* **Task item**
Below are some records; output all of them exactly.

═════ Information provided

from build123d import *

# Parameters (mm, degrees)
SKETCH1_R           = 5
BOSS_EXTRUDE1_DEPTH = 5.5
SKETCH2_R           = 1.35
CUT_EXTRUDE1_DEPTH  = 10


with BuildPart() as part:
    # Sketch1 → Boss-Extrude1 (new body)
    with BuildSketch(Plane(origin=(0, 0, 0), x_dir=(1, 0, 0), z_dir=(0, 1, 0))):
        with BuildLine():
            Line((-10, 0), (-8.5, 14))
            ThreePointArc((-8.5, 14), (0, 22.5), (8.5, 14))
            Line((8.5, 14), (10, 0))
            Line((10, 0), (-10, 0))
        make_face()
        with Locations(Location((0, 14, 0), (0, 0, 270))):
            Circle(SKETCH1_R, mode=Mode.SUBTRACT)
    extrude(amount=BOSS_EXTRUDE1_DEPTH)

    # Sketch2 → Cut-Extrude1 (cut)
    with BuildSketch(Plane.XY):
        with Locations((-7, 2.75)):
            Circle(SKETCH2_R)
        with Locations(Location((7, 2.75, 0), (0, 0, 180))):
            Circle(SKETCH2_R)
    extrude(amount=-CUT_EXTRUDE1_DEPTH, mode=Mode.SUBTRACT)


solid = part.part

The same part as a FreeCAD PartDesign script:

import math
import FreeCAD as App
import Part
import Sketcher
Q = App.Units.Quantity

doc = App.newDocument("Part")
body = doc.addObject("PartDesign::Body", "Body")

# Sketch on XZ plane
sketch1 = body.newObject("Sketcher::SketchObject", "Sketch")
sketch1.AttachmentSupport = (doc.getObject("XZ_Plane"), [""])
sketch1.MapMode = "FlatFace"
sketch1.addGeometry([
    Part.LineSegment(App.Vector(-8, -14, 0), App.Vector(-10, 0, 0)),  # 0
    Part.LineSegment(App.Vector(-10, 0, 0), App.Vector(10, 0, 0)),  # 1
    Part.LineSegment(App.Vector(10, 0, 0), App.Vector(8, -14, 0)),  # 2
    Part.ArcOfCircle(Part.Circle(App.Vector(0, -14, 0), App.Vector(0, 0, 1), 8), math.radians(180), math.radians(360)),  # 3
    Part.Circle(App.Vector(0, -14, 0), App.Vector(0, 0, 1), 5),  # 4
], False)
sketch1.addConstraint([
    Sketcher.Constraint("Coincident", 0, 2, 1, 1),
    Sketcher.Constraint("Coincident", 1, 2, 2, 1),
    Sketcher.Constraint("Coincident", 2, 2, 3, 2),
    Sketcher.Constraint("Coincident", 3, 1, 0, 1),
    Sketcher.Constraint("Horizontal", 1),
    Sketcher.Constraint("Coincident", 4, 3, 3, 3),
    Sketcher.Constraint("Symmetric", 0, 2, 1, 2, -1, 1),
    Sketcher.Constraint("Symmetric", 2, 2, 3, 1, -2),
    Sketcher.Constraint("Horizontal", 4, 3, 2, 2),
    Sketcher.Constraint("Diameter", 4, Q("10 mm")),
    Sketcher.Constraint("Radius", 3, Q("8.5 mm")),
    Sketcher.Constraint("DistanceX", 1, 1, 1, 2, Q("20 mm")),
    Sketcher.Constraint("DistanceY", 3, 3, -1, 1, Q("14 mm")),
])
pad1 = body.newObject("PartDesign::Pad", "Pad")
pad1.Profile = sketch1
pad1.Length = 5.5
pad1.Reversed = True

# Sketch on XY plane
sketch2 = body.newObject("Sketcher::SketchObject", "Sketch001")
sketch2.AttachmentSupport = (doc.getObject("XY_Plane"), [""])
sketch2.MapMode = "FlatFace"
sketch2.addGeometry([
    Part.Circle(App.Vector(-7, 2.8, 0), App.Vector(0, 0, 1), 1.4),
    Part.Circle(App.Vector(7, 2.8, 0), App.Vector(0, 0, 1), 1.4),
], False)
sketch2.addConstraint([
    Sketcher.Constraint("Equal", 0, 1),
    Sketcher.Constraint("Symmetric", 0, 3, 1, 3, -2),
    Sketcher.Constraint("Diameter", 0, Q("2.7 mm")),
    Sketcher.Constraint("DistanceX", 0, 3, -1, 1, Q("7 mm")),
    Sketcher.Constraint("DistanceY", -1, 1, 0, 3, Q("2.75 mm")),
])
pocket1 = body.newObject("PartDesign::Pocket", "Pocket")
pocket1.Profile = sketch2
pocket1.Length = 10

doc.recompute()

══════════

* **Task result**
from build123d import *

# Parameters (mm, degrees)
SKETCH1_R           = 5
BOSS_EXTRUDE1_DEPTH = 5.5
SKETCH2_R           = 1.35
CUT_EXTRUDE1_DEPTH  = 10


with BuildPart() as part:
    # Sketch1 → Boss-Extrude1 (new body)
    with BuildSketch(Plane(origin=(0, 0, 0), x_dir=(1, 0, 0), z_dir=(0, 1, 0))):
        with BuildLine():
            Line((-10, 0), (-8.5, 14))
            ThreePointArc((-8.5, 14), (0, 22.5), (8.5, 14))
            Line((8.5, 14), (10, 0))
            Line((10, 0), (-10, 0))
        make_face()
        with Locations(Location((0, 14, 0), (0, 0, 270))):
            Circle(SKETCH1_R, mode=Mode.SUBTRACT)
    extrude(amount=BOSS_EXTRUDE1_DEPTH)

    # Sketch2 → Cut-Extrude1 (cut)
    with BuildSketch(Plane.XY):
        with Locations((-7, 2.75)):
            Circle(SKETCH2_R)
        with Locations(Location((7, 2.75, 0), (0, 0, 180))):
            Circle(SKETCH2_R)
    extrude(amount=-CUT_EXTRUDE1_DEPTH, mode=Mode.SUBTRACT)


solid = part.part

The same part as a FreeCAD PartDesign script:

import math
import FreeCAD as App
import Part
import Sketcher
Q = App.Units.Quantity

doc = App.newDocument("Part")
body = doc.addObject("PartDesign::Body", "Body")

# Sketch on XZ plane
sketch1 = body.newObject("Sketcher::SketchObject", "Sketch")
sketch1.AttachmentSupport = (doc.getObject("XZ_Plane"), [""])
sketch1.MapMode = "FlatFace"
sketch1.addGeometry([
    Part.LineSegment(App.Vector(-8, -14, 0), App.Vector(-10, 0, 0)),  # 0
    Part.LineSegment(App.Vector(-10, 0, 0), App.Vector(10, 0, 0)),  # 1
    Part.LineSegment(App.Vector(10, 0, 0), App.Vector(8, -14, 0)),  # 2
    Part.ArcOfCircle(Part.Circle(App.Vector(0, -14, 0), App.Vector(0, 0, 1), 8), math.radians(180), math.radians(360)),  # 3
    Part.Circle(App.Vector(0, -14, 0), App.Vector(0, 0, 1), 5),  # 4
], False)
sketch1.addConstraint([
    Sketcher.Constraint("Coincident", 0, 2, 1, 1),
    Sketcher.Constraint("Coincident", 1, 2, 2, 1),
    Sketcher.Constraint("Coincident", 2, 2, 3, 2),
    Sketcher.Constraint("Coincident", 3, 1, 0, 1),
    Sketcher.Constraint("Horizontal", 1),
    Sketcher.Constraint("Coincident", 4, 3, 3, 3),
    Sketcher.Constraint("Symmetric", 0, 2, 1, 2, -1, 1),
    Sketcher.Constraint("Symmetric", 2, 2, 3, 1, -2),
    Sketcher.Constraint("Horizontal", 4, 3, 2, 2),
    Sketcher.Constraint("Diameter", 4, Q("10 mm")),
    Sketcher.Constraint("Radius", 3, Q("8.5 mm")),
    Sketcher.Constraint("DistanceX", 1, 1, 1, 2, Q("20 mm")),
    Sketcher.Constraint("DistanceY", 3, 3, -1, 1, Q("14 mm")),
])
pad1 = body.newObject("PartDesign::Pad", "Pad")
pad1.Profile = sketch1
pad1.Length = 5.5
pad1.Reversed = True

# Sketch on XY plane
sketch2 = body.newObject("Sketcher::SketchObject", "Sketch001")
sketch2.AttachmentSupport = (doc.getObject("XY_Plane"), [""])
sketch2.MapMode = "FlatFace"
sketch2.addGeometry([
    Part.Circle(App.Vector(-7, 2.8, 0), App.Vector(0, 0, 1), 1.4),
    Part.Circle(App.Vector(7, 2.8, 0), App.Vector(0, 0, 1), 1.4),
], False)
sketch2.addConstraint([
    Sketcher.Constraint("Equal", 0, 1),
    Sketcher.Constraint("Symmetric", 0, 3, 1, 3, -2),
    Sketcher.Constraint("Diameter", 0, Q("2.7 mm")),
    Sketcher.Constraint("DistanceX", 0, 3, -1, 1, Q("7 mm")),
    Sketcher.Constraint("DistanceY", -1, 1, 0, 3, Q("2.75 mm")),
])
pocket1 = body.newObject("PartDesign::Pocket", "Pocket")
pocket1.Profile = sketch2
pocket1.Length = 10

doc.recompute()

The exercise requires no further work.